# Finding the Limit

1. Dec 5, 2008

### kemmy

Hi, I've got two questions here that I'm stuck on.
The first:

2. Relevant equations
Find the Limit as x->0 of [(e^4x)-1-4x]/x^2

3. The attempt at a solution
So far:
I got that the Limit as x->0 is indeterminate form 0/0 so I tried L'Hopital's:

to find the Limit as x->0 of [(e^4x)-4]/2x

but that gave me a Limit of -3/0 . So I think that means that there's no limit. But the book insists that the Limit is 8. and I have no idea how it got there.

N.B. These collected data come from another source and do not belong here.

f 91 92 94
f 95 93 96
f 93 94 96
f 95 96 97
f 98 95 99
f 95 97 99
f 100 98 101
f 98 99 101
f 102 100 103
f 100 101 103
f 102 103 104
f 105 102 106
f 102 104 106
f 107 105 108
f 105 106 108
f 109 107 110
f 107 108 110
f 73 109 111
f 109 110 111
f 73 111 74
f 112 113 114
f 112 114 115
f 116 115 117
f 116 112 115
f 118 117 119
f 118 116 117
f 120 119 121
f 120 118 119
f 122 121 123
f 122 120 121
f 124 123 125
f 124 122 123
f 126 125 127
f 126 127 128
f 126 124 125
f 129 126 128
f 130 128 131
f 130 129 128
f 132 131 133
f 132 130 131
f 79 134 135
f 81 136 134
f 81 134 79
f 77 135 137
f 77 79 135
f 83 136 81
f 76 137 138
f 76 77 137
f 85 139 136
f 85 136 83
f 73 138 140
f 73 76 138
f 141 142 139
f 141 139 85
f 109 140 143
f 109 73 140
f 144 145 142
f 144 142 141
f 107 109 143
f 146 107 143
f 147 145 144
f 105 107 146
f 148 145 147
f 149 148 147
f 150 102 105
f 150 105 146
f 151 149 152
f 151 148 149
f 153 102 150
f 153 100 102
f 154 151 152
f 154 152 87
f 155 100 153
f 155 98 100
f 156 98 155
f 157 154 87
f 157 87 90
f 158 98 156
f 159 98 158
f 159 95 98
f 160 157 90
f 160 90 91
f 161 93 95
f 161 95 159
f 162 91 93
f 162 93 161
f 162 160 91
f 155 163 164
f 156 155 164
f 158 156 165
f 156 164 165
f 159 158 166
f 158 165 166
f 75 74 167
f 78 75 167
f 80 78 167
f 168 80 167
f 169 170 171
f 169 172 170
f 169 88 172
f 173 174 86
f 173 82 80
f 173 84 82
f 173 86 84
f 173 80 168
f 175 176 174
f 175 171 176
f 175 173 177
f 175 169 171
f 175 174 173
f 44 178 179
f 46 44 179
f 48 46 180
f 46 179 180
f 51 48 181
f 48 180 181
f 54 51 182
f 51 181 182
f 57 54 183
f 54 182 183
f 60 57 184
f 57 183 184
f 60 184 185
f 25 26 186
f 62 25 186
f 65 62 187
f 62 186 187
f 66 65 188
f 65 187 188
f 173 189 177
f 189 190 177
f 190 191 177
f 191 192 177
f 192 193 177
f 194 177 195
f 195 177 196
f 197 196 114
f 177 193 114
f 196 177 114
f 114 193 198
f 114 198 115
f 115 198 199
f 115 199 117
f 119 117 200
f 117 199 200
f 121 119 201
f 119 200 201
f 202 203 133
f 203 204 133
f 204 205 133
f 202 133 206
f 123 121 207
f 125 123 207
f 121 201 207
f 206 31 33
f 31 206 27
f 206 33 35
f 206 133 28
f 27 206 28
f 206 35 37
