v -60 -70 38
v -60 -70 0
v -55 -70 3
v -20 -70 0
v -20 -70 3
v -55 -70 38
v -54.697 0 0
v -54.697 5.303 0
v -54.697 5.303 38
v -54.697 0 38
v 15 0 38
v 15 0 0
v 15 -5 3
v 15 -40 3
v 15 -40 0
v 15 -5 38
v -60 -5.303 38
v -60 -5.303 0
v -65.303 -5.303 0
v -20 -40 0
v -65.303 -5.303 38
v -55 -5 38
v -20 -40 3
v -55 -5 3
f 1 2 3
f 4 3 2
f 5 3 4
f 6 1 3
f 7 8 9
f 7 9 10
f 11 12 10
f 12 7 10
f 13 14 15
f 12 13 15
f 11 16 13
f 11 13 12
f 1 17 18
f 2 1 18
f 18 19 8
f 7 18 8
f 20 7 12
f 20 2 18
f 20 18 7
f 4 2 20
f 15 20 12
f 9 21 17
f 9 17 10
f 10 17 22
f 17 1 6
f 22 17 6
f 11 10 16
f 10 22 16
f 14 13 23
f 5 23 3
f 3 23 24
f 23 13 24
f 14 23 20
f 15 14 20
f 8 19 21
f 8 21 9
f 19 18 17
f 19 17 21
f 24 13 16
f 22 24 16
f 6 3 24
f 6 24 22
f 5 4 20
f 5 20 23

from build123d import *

# Parameters (mm, degrees)
F1_DEPTH = 70
F2_W     = 5
F2_H     = 35
F3_DEPTH = 70
F6_DEPTH = 38


with BuildPart() as f1:
    # F0 (on Front) → F1 (new body)
    with BuildSketch(Plane.XZ):
        Polygon((-55, 38), (-60, 38), (-60, 0), (-20, 0), (-20, 3), (-55, 3), align=None)
    extrude(amount=F1_DEPTH)


with BuildPart() as f3:
    # F2 (on face) → F3 (new body)
    with BuildSketch(Plane.YZ.offset(-55)):
        with Locations((-2.5, 20.5)):
            Rectangle(F2_W, F2_H)
        Polygon((-40, 0), (0, 0), (0, 3), (-5, 3), (-40, 3), align=None)
    extrude(amount=F3_DEPTH)


with BuildPart() as f1_1:
    add(f1.part)

    # F4: union F3
    add(f3.part)

    # F5 (on face) → F6 (join, through all)
    with BuildSketch(Plane(origin=(0, 0, 0), x_dir=(1, 0, 0), z_dir=(0, 0, -1))):
        Polygon((-60, 5.303301), (-65.303301, 5.303301), (-60, 0), align=None)
        Polygon((-54.696699, 0), (-60, 0), (-54.696699, -5.303301), align=None)
    extrude(amount=-F6_DEPTH)


solid = f1_1.part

the second question I'm confused about is

2. Relevant equations
Find the Limit as x->2 of (x+2)/[(x-2)^4] , and explain why L'Hopital's Rule does not apply.

3. The attempt at a solution
so
The Lim x->2 = 4/0 so it's not 0/0 indeterminate so L'Hopital's isn't applicable.

But after that I'm a bit stuck on how to get the Limit. I know that because x can't equal 0 in the denominator that x cannot equal 2. So there's a vertical asymptote there.
So...I know I can look at it from each side
The Limit as x->0- and as x->0+ .
So-
The Limit as x->0+=infinity
The Limit as x->0-=infinity.
is that right? and is their an easier way to find that then just plugging in numbers near x=2?

-Thanks, any help would be much appreciated!

2. Dec 5, 2008

### nicksauce

The derivative of e^(4x) is 4e^(4x)... correct this and it should work out.